• **Task to carry out**: Your job with the data below is to output exactly the lines from the one holding "f 142 168 170" down to the one holding "f 78 82 162", both included, and no others.

• **Available records**:
☆ ☆ ☆

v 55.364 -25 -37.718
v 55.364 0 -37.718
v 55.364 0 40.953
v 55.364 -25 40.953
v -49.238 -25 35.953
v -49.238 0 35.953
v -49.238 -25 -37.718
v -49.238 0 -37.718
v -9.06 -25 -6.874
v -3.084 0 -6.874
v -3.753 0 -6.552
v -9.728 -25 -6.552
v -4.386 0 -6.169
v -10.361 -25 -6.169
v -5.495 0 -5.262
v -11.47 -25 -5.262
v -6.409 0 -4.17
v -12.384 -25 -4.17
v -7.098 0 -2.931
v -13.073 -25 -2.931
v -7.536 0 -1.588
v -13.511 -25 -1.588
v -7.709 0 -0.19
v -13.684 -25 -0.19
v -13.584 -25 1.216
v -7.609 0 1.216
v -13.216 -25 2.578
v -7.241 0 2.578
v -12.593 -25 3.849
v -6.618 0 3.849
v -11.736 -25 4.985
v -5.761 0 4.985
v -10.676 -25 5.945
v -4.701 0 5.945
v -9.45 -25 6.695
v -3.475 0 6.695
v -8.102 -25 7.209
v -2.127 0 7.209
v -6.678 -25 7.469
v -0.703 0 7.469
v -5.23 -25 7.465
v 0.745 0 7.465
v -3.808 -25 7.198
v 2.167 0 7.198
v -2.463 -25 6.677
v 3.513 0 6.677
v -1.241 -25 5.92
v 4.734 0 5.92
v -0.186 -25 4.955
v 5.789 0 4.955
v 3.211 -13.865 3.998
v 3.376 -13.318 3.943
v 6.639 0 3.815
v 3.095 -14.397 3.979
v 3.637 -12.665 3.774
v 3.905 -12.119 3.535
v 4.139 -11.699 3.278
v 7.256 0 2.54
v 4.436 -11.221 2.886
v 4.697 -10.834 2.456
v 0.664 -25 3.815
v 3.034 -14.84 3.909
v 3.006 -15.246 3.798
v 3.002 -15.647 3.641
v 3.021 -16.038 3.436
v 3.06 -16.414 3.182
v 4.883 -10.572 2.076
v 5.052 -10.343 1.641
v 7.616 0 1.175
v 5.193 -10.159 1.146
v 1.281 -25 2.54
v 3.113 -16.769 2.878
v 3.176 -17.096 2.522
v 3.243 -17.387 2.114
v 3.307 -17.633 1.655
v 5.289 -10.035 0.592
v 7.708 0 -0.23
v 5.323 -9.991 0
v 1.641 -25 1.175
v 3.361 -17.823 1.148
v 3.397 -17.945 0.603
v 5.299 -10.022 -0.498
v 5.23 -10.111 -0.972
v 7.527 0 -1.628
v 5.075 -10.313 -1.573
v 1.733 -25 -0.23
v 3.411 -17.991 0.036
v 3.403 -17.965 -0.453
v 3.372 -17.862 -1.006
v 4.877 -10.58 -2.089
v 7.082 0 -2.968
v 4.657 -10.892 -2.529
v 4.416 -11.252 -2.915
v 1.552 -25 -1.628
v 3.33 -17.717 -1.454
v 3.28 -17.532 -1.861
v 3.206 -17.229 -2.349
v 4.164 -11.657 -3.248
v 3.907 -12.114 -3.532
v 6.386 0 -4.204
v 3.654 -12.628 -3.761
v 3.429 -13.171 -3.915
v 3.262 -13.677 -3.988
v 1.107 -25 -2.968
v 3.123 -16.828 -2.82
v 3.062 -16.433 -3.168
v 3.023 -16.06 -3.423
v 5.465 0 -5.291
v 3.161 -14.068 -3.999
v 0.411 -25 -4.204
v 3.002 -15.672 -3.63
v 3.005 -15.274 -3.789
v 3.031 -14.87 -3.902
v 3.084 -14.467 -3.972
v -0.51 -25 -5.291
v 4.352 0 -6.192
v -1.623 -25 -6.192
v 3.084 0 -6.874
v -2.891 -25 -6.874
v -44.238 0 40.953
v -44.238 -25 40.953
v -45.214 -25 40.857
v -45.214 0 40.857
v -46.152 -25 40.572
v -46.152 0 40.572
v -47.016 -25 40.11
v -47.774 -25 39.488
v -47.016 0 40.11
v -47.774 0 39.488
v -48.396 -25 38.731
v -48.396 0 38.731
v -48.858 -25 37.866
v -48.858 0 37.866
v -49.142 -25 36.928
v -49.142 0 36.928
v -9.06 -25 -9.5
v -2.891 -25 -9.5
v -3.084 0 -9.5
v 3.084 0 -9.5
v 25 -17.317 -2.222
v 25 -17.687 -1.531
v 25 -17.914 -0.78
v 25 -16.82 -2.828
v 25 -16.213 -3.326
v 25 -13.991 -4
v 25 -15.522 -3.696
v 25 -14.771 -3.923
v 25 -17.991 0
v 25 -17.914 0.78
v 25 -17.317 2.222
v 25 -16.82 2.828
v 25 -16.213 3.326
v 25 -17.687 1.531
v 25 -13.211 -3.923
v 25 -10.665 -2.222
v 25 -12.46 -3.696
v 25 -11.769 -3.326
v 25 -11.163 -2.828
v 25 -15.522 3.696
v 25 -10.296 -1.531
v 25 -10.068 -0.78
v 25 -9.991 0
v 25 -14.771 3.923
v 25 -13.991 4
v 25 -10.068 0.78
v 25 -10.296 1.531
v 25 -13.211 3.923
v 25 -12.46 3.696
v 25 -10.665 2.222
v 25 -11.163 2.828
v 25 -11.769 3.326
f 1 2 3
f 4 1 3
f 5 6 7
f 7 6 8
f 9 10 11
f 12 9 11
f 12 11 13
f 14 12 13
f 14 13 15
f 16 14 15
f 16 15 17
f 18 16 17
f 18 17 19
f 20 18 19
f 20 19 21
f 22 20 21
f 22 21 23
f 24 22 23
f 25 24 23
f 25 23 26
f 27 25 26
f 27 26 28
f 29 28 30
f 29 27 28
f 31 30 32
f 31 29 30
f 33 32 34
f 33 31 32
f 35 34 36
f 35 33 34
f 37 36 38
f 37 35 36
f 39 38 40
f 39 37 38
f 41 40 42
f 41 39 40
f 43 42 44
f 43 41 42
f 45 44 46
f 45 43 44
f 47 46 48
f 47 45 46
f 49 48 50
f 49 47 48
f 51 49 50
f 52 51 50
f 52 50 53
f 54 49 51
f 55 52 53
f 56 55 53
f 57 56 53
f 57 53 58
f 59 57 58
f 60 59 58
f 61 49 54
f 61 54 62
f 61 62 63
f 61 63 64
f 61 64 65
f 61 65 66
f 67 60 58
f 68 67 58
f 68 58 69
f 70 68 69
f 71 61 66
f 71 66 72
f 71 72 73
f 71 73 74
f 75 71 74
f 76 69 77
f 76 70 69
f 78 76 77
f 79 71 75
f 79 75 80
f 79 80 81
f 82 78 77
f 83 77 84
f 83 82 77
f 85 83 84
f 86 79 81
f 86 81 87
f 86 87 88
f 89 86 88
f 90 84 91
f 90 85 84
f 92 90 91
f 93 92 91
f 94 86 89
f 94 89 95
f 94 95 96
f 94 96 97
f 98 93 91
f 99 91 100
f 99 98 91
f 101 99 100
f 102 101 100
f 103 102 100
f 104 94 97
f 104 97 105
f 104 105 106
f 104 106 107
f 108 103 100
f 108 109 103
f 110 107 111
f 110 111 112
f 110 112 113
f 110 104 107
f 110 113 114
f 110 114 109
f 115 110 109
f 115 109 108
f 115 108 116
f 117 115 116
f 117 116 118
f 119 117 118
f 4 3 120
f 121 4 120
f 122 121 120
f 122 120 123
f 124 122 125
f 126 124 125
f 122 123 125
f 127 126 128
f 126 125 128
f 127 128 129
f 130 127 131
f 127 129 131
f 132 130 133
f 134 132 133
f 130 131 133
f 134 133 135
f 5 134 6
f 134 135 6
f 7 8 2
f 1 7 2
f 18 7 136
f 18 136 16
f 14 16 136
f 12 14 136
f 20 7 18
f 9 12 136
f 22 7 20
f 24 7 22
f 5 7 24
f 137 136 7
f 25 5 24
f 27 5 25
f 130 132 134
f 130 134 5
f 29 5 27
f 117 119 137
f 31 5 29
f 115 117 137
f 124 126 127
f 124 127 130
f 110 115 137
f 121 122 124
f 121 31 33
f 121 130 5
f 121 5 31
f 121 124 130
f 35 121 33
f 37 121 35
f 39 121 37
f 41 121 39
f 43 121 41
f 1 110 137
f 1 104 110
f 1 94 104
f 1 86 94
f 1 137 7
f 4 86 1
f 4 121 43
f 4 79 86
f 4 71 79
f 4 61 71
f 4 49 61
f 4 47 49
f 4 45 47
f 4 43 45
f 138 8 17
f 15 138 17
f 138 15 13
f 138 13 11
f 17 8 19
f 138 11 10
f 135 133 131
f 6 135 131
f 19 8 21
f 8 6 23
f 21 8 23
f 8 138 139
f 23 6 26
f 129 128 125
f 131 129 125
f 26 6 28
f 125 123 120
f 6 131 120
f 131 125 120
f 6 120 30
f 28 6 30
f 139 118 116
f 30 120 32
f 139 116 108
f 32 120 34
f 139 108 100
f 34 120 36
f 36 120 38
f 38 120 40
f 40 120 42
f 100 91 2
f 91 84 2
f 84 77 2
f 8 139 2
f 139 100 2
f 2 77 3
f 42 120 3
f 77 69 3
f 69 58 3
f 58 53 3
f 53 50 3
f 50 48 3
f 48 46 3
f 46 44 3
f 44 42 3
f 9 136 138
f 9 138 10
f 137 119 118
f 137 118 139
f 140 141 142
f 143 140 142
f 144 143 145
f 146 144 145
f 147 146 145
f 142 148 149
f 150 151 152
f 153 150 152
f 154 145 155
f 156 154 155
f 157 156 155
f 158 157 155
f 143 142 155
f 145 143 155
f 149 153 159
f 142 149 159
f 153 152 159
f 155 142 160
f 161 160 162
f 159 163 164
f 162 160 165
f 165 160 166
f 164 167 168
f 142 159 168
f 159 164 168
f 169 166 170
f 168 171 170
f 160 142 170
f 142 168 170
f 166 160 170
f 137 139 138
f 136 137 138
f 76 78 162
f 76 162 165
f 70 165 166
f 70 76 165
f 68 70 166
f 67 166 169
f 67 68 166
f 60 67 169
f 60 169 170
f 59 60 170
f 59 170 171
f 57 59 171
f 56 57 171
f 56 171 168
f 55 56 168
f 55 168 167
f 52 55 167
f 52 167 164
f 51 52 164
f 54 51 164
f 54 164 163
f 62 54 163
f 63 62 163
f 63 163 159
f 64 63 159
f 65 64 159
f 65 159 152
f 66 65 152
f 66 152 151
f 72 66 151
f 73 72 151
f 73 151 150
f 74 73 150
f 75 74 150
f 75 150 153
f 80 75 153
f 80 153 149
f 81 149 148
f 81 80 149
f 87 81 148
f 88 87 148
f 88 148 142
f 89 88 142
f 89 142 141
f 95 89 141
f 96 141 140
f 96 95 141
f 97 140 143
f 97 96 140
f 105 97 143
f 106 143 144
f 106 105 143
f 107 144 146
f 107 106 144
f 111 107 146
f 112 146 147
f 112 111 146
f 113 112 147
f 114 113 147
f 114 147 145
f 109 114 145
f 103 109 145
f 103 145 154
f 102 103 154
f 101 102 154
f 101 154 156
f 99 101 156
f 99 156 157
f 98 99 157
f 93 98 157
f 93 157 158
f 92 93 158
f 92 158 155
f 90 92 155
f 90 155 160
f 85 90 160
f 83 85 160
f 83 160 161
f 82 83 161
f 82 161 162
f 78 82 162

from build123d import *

# Parameters (mm, degrees)
F1_DEPTH      = 25
F4_DEPTH      = 24.3161811297
F4_DEPTH_BACK = 24.3161811297
F5_R          = 4
F6_DEPTH      = 25


with BuildPart() as f1:
    # F0 (on Front) → F1 (new body)
    with BuildSketch(Plane.XZ):
        with BuildLine():
            Line((55.3635079414, 40.9526537359), (-44.2383363843, 40.9526537359))
            ThreePointArc((-44.2383363843, 40.9526537359), (-47.7738702902, 39.4881876418), (-49.2383363843, 35.9526537359))
            Line((-49.2383363843, 35.9526537359), (-49.2383363843, -37.7181139815))
            Line((-49.2383363843, -37.7181139815), (55.3635079414, -37.7181139815))
            Line((55.3635079414, -37.7181139815), (55.3635079414, 40.9526537359))
        make_face()
    extrude(amount=F1_DEPTH)

    # F3 (on 3pt) → F4 (cut, two sides)
    with BuildSketch(Plane(origin=(-2.6606007252, -11.1321497148, 0), x_dir=(-0.9726072452, 0.2324546119, 0), z_dir=(0.2324546119, 0.9726072452, 0))) as f4_sk:
        with BuildLine():
            Line((3, -9.5), (3, -6.8738635424))
            ThreePointArc((3, -6.8738635424), (0, 7.5), (-3, -6.8738635424))
            Line((-3, -6.8738635424), (-3, -9.5))
            Line((-3, -9.5), (3, -9.5))
        make_face()
    extrude(amount=-F4_DEPTH, mode=Mode.SUBTRACT)
    extrude(f4_sk.sketch, amount=F4_DEPTH_BACK, mode=Mode.SUBTRACT)

    # F5 (on Right) → F6 (cut)
    with BuildSketch(Plane.YZ):
        with Locations((-13.9910853659, 0)):
            Circle(F5_R)
    extrude(amount=F6_DEPTH, mode=Mode.SUBTRACT)


solid = f1.part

☆ ☆ ☆

• **Finished exercise**:
f 142 168 170
f 166 160 170
f 137 139 138
f 136 137 138
f 76 78 162
f 76 162 165
f 70 165 166
f 70 76 165
f 68 70 166
f 67 166 169
f 67 68 166
f 60 67 169
f 60 169 170
f 59 60 170
f 59 170 171
f 57 59 171
f 56 57 171
f 56 171 168
f 55 56 168
f 55 168 167
f 52 55 167
f 52 167 164
f 51 52 164
f 54 51 164
f 54 164 163
f 62 54 163
f 63 62 163
f 63 163 159
f 64 63 159
f 65 64 159
f 65 159 152
f 66 65 152
f 66 152 151
f 72 66 151
f 73 72 151
f 73 151 150
f 74 73 150
f 75 74 150
f 75 150 153
f 80 75 153
f 80 153 149
f 81 149 148
f 81 80 149
f 87 81 148
f 88 87 148
f 88 148 142
f 89 88 142
f 89 142 141
f 95 89 141
f 96 141 140
f 96 95 141
f 97 140 143
f 97 96 140
f 105 97 143
f 106 143 144
f 106 105 143
f 107 144 146
f 107 106 144
f 111 107 146
f 112 146 147
f 112 111 146
f 113 112 147
f 114 113 147
f 114 147 145
f 109 114 145
f 103 109 145
f 103 145 154
f 102 103 154
f 101 102 154
f 101 154 156
f 99 101 156
f 99 156 157
f 98 99 157
f 93 98 157
f 93 157 158
f 92 93 158
f 92 158 155
f 90 92 155
f 90 155 160
f 85 90 160
f 83 85 160
f 83 160 161
f 82 83 161
f 82 161 162
f 78 82 162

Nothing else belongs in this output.